Wednesday, 2 December 2009

Hyper-V CLOCK_WATCHDOG_TIMEOUT Error Within 24 Hours On Fresh H-V 2K8 R2

We ran a test on one of our freshly installed Hyper-V Server 2008 R2 servers to see if we ran into this issue.

  • Intel Server System SR1630HGP 1U
  • Intel Server Board S3420GPLC integrated
  • Intel Xeon Processor X3450
  • 16GB Kingston ECC
  • Intel RS2BL080 6Gbps SAS 2nd Generation PCI-E
  • 3x 450GB Seagate 15K RPM SAS in RAID 5
  • Intel RAID Smart Battery for the RAID controller

The server has only been up and running about 24 hours. We have been running some stress tests along with some test VM installs and backup restores as Hyper-V guests.

This is the Crash Analyzer Wizard’s results (DaRT MDOP product):

image

So, after a relatively short period of use the problem has reared its head.

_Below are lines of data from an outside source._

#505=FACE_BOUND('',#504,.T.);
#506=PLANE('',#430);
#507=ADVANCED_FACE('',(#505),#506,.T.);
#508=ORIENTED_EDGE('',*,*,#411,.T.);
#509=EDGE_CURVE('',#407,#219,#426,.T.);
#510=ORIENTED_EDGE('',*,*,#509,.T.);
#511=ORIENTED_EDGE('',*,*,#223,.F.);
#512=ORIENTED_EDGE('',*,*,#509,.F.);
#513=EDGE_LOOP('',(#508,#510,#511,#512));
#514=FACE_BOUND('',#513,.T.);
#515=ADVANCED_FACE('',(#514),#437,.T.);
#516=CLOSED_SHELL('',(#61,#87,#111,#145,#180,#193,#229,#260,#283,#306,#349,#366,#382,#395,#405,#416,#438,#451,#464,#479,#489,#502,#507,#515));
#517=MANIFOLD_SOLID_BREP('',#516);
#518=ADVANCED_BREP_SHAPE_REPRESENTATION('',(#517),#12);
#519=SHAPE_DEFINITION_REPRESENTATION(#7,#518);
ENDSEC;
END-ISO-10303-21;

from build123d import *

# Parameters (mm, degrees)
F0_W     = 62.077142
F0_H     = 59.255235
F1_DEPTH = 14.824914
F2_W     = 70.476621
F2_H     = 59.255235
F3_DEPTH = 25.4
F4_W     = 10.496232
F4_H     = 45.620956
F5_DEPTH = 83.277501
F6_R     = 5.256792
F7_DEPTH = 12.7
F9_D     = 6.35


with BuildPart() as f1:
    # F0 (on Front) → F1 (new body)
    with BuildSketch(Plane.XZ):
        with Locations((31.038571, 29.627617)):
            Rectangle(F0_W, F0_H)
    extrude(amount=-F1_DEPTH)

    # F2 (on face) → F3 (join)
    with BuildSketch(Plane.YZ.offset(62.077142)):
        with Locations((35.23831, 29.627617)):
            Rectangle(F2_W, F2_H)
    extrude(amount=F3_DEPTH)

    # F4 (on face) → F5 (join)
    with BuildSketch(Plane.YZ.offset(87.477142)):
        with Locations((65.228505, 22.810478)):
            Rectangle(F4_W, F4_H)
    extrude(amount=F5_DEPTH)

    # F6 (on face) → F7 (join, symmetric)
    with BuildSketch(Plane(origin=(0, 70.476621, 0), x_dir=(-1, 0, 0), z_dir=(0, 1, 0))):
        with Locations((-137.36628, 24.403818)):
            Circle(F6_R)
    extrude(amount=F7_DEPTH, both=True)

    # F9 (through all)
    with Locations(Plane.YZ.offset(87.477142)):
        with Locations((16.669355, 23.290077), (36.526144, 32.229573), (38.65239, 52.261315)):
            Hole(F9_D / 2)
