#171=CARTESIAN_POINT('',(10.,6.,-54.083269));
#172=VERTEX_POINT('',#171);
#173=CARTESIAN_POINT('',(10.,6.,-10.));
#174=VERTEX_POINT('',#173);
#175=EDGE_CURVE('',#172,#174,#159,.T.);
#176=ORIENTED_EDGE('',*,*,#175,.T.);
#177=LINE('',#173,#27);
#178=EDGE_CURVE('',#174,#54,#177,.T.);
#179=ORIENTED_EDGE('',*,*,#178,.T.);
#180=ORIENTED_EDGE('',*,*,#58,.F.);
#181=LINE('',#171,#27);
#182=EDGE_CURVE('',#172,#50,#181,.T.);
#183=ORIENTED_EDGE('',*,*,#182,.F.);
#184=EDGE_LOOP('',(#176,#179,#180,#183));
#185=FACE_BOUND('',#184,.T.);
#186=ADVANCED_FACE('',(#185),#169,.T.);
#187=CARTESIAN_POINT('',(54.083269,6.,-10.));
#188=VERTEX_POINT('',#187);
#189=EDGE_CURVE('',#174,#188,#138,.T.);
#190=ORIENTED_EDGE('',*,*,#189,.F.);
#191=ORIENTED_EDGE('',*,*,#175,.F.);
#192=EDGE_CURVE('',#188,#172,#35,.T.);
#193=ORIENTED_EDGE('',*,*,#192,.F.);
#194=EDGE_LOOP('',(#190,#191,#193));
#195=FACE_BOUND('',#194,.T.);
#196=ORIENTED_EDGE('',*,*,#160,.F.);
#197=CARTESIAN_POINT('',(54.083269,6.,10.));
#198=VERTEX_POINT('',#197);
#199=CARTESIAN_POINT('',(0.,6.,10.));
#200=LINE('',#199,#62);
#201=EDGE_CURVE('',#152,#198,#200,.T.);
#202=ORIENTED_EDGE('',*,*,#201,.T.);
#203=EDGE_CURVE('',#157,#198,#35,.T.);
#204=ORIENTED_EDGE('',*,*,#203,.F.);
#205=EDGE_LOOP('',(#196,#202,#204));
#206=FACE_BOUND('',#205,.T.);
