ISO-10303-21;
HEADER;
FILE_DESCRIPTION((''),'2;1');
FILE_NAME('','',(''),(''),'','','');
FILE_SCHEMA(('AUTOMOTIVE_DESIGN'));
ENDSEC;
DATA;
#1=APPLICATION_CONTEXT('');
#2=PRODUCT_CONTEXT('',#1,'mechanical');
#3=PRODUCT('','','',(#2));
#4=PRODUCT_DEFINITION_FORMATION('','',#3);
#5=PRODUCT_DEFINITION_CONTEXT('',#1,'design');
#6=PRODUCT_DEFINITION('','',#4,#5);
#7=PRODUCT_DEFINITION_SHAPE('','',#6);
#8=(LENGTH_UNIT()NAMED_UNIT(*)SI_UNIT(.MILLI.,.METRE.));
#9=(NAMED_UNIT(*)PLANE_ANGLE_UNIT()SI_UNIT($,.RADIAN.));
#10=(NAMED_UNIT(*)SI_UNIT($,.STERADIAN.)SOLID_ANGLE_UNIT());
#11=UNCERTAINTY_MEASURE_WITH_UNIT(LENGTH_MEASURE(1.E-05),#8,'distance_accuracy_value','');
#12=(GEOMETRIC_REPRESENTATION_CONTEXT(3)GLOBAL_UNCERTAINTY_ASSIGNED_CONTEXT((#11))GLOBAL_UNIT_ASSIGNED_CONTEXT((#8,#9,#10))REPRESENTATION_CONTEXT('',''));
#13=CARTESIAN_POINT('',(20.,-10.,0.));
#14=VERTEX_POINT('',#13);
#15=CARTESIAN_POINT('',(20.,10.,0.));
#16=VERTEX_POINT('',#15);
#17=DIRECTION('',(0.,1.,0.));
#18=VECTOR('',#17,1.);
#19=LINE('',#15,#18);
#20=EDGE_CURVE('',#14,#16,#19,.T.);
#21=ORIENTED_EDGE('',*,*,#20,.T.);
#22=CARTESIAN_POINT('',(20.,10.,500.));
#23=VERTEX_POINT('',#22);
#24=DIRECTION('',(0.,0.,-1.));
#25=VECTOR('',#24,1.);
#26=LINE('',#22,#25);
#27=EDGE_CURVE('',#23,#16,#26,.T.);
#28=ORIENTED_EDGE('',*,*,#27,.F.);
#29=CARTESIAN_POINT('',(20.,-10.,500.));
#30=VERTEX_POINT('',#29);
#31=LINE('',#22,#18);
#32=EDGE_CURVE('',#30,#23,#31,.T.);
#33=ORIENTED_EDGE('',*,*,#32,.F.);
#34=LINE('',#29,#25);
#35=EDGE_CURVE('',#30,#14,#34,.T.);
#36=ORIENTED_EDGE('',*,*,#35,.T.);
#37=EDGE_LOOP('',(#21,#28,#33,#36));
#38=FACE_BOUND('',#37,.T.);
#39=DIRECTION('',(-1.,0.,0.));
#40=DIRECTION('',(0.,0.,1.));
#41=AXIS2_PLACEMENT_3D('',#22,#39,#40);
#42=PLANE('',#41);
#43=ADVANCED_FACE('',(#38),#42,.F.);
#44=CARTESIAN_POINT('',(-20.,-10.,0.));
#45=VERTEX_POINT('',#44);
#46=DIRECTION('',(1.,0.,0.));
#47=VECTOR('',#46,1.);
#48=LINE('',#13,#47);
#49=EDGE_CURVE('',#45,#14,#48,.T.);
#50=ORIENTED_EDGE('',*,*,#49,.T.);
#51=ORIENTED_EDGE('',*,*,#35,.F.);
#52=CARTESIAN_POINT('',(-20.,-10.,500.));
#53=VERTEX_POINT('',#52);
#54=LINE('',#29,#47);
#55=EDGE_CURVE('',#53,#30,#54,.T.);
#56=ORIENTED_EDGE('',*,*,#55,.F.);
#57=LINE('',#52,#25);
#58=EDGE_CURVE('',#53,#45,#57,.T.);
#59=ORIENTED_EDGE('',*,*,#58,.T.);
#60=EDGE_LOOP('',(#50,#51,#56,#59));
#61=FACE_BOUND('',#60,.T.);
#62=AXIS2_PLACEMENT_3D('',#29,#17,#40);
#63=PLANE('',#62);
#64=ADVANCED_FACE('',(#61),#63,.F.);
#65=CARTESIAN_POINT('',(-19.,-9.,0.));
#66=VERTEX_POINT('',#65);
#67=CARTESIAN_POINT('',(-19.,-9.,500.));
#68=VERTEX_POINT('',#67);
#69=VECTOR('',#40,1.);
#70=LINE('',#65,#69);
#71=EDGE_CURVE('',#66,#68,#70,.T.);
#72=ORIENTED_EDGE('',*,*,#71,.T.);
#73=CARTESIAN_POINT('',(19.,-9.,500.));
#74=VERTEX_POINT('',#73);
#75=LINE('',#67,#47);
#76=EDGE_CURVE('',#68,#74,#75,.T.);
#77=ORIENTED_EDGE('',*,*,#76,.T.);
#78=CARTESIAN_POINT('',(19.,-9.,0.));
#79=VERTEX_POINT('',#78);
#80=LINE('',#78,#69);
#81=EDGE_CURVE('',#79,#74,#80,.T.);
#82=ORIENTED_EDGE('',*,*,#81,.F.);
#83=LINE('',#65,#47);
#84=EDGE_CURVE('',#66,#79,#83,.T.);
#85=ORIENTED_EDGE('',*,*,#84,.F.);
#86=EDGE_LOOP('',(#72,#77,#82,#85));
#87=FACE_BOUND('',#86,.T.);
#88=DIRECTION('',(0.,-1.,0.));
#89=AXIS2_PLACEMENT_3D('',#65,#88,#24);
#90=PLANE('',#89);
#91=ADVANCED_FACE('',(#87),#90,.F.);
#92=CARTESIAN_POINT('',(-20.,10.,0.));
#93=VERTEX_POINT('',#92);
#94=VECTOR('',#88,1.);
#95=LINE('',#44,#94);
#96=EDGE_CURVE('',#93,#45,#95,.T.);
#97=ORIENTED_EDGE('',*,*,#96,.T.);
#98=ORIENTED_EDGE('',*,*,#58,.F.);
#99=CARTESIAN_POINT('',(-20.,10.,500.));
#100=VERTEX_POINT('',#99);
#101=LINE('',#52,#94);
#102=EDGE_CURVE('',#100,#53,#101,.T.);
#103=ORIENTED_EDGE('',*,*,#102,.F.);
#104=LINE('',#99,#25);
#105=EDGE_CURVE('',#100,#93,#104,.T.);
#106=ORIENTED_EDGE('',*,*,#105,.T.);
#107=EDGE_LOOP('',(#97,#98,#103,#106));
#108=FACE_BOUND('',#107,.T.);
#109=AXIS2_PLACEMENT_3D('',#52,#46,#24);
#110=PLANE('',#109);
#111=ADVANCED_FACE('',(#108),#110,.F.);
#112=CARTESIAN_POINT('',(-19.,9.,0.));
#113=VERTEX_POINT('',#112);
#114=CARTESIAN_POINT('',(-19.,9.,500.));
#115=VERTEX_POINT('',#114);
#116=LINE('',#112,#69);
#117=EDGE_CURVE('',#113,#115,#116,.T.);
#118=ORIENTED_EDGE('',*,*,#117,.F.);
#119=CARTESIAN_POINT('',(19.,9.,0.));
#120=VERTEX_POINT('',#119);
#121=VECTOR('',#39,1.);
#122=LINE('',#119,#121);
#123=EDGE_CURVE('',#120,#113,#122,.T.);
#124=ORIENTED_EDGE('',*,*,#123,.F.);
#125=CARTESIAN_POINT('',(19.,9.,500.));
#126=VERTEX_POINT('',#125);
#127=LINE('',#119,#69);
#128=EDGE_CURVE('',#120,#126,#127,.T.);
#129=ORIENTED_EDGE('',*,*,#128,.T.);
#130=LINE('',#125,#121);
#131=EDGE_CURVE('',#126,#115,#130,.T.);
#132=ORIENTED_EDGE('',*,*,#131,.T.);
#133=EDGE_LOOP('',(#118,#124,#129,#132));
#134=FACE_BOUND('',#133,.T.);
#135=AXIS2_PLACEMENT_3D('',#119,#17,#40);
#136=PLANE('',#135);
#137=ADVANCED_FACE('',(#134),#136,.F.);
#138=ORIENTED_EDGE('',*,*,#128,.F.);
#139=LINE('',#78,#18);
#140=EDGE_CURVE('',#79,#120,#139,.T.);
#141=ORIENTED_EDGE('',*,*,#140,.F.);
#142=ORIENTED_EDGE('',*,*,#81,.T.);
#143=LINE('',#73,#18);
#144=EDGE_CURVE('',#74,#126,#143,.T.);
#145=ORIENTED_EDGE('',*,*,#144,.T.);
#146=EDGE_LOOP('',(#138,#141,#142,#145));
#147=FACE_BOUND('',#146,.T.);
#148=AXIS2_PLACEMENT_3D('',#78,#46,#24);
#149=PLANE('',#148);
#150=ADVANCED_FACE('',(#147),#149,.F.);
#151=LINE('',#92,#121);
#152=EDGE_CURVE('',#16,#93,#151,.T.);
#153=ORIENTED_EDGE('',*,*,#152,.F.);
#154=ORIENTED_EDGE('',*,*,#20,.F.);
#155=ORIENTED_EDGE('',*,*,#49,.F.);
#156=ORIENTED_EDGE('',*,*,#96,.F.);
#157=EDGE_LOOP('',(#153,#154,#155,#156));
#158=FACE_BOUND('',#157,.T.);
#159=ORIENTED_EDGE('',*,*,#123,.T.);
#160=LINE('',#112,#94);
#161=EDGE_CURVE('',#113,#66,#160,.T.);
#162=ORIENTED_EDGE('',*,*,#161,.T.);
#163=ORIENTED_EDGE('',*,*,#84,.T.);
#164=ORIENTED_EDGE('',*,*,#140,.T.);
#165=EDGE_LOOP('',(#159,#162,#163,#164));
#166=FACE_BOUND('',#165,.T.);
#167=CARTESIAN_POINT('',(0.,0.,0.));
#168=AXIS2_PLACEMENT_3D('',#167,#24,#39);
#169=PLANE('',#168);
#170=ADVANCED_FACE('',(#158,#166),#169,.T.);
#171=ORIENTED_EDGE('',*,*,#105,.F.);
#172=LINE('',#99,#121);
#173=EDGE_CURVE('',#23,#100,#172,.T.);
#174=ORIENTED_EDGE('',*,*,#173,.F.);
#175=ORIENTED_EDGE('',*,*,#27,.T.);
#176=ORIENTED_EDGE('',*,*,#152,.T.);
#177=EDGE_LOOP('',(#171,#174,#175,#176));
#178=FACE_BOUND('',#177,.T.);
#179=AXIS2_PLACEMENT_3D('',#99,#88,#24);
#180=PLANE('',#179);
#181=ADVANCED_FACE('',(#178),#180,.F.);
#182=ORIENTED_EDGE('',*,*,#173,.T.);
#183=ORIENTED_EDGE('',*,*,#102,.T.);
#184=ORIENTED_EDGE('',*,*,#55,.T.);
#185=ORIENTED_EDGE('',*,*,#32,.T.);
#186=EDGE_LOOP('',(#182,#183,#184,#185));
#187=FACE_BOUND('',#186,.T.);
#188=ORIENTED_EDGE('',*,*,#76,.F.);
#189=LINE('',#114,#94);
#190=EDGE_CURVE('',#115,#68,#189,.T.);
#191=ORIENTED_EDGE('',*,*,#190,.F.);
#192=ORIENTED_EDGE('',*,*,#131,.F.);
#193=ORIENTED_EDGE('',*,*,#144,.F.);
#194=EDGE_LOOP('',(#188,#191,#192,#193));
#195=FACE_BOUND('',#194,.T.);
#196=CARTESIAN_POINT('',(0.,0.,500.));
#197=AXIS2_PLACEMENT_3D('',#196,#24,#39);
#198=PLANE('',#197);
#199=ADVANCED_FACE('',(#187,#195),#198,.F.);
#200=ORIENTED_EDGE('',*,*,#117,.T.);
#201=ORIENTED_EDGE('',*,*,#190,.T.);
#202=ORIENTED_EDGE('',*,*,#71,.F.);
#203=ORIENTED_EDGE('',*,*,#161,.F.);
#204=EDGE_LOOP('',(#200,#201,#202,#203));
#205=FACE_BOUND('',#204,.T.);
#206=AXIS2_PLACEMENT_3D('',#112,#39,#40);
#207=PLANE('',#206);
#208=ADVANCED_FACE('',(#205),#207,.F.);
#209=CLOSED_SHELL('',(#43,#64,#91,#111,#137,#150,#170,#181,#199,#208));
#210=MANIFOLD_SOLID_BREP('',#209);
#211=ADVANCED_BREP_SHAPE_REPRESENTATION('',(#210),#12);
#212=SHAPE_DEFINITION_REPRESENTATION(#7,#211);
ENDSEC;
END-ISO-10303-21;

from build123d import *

# Parameters (mm, degrees)
SKETCH1_W           = 40
SKETCH1_H           = 20
BOSS_EXTRUDE1_DEPTH = 500
SKETCH2_W           = 38
SKETCH2_H           = 18
CUT_EXTRUDE1_DEPTH  = 501


with BuildPart() as part:
    # Sketch1 → Boss-Extrude1 (new body)
    with BuildSketch(Plane.XY):
        Rectangle(SKETCH1_W, SKETCH1_H)
    extrude(amount=BOSS_EXTRUDE1_DEPTH)

    # Sketch2 → Cut-Extrude1 (cut, through all)
    with BuildSketch(Plane.XY.offset(500)):
        Rectangle(SKETCH2_W, SKETCH2_H)
    extrude(amount=-CUT_EXTRUDE1_DEPTH, mode=Mode.SUBTRACT)


solid = part.part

It looks as though the hotfix is an absolute must for any Technician’s Thumb Drive and a required install on any server that will utilize Hyper-V on Intel Xeon Processor 3400 and 5500 series CPUs!

Philip Elder
MPECS Inc.
Microsoft Small Business Specialists
Co-Author: SBS 2008 Blueprint Book

*Our original iMac was stolen (previous blog post). We now have a new MacBook Pro courtesy of Vlad Mazek, owner of OWN.

Windows Live Writer

7 comments:

stryqx said...

Weird. Got an HP ML350 G6 with 2 x E5520 and Win2008 R2 Std Core on it - no hotfix. It's been doing burn-in for a week without problems.
Need to check the C1E status in the BIOS, as this is mentioned in Virtual PC Guy's response to this comment

Philip Elder Cluster MVP said...

Chris,

Both C3 and C6 are enabled in the BIOS on this box. Those settings are the ones that make or break the setup.

What's the point of disabling them if we then lose the advanced Turbo Boost and SpeedStep abilities of the CPUs? For now, I hope the hotfix does the trick.

Philip

stryqx said...

I've checked the BIOS on the HP ML350 G6 systems. Both have C6 set as the minimum processor idle power state. So I should be seeing BSODs but I don't.

WRT the 5500 series processor errata, disabling the processor C6 state should suffice. The problem at the OS layer is working out if it's ACPI C2 or ACPI C3 that needs disabling if the BIOS doesn't allow for individual processor C-state masking. C3 is still classified as an inactive core for the purposes of Turbo Boost, but the amount of boost is still controlled by power and thermal loads.

Going to have to use TMonitor on these boxes with and without C6 enabled methinks.

Still puzzled as to why I've got functional systems though.

Anonymous said...

Hello,

Dell R210 with X3450,16 GB mem,2TB SASI hdds with H200 RAID 10(be 1TB Dell VHD) and Win 2008 R2 Std Core also got 0x00000101 STOP on every Hyper-V 2.0 networking process which VHD file copied from other Win 2008 Hyper-V 1.0.
I'm trying to find out successible combination in BIOS Power Management of CPU setting and one/two NIC connection of BroadCom NetXtream IIs.
It takes more days.

Philip Elder Cluster MVP said...

A,

Make sure you have v4 of the Watchdog Timer update via the Hotfix link in the right hand column.

With v3, which is the one we had for this post, we still experienced the problems.

Since applying v4 of the update we have not seen any of our H-V servers spontaneously combust since!

Philip

Philip Elder Cluster MVP said...

Quote: Yusuke Naito said...
Philip,

I'm former anonymous. I downloaded and tried to apply the v4 hotfix. However it said "Can't apply your processor". Maybe this hotfix program select only X5500 CPU. I'm using X3450.

April 16, 2010 8:54 AM

The hotfix applies to both Xeon Processor 5500/5600 and 3400 Series CPUs.

Philip

yusuke naito said...

Philip,

I could set the v4 hotfix and got normal H-v networking. I misunderstood registry setting as not inevitable by BIOS power option.
This blog information was much appriciated.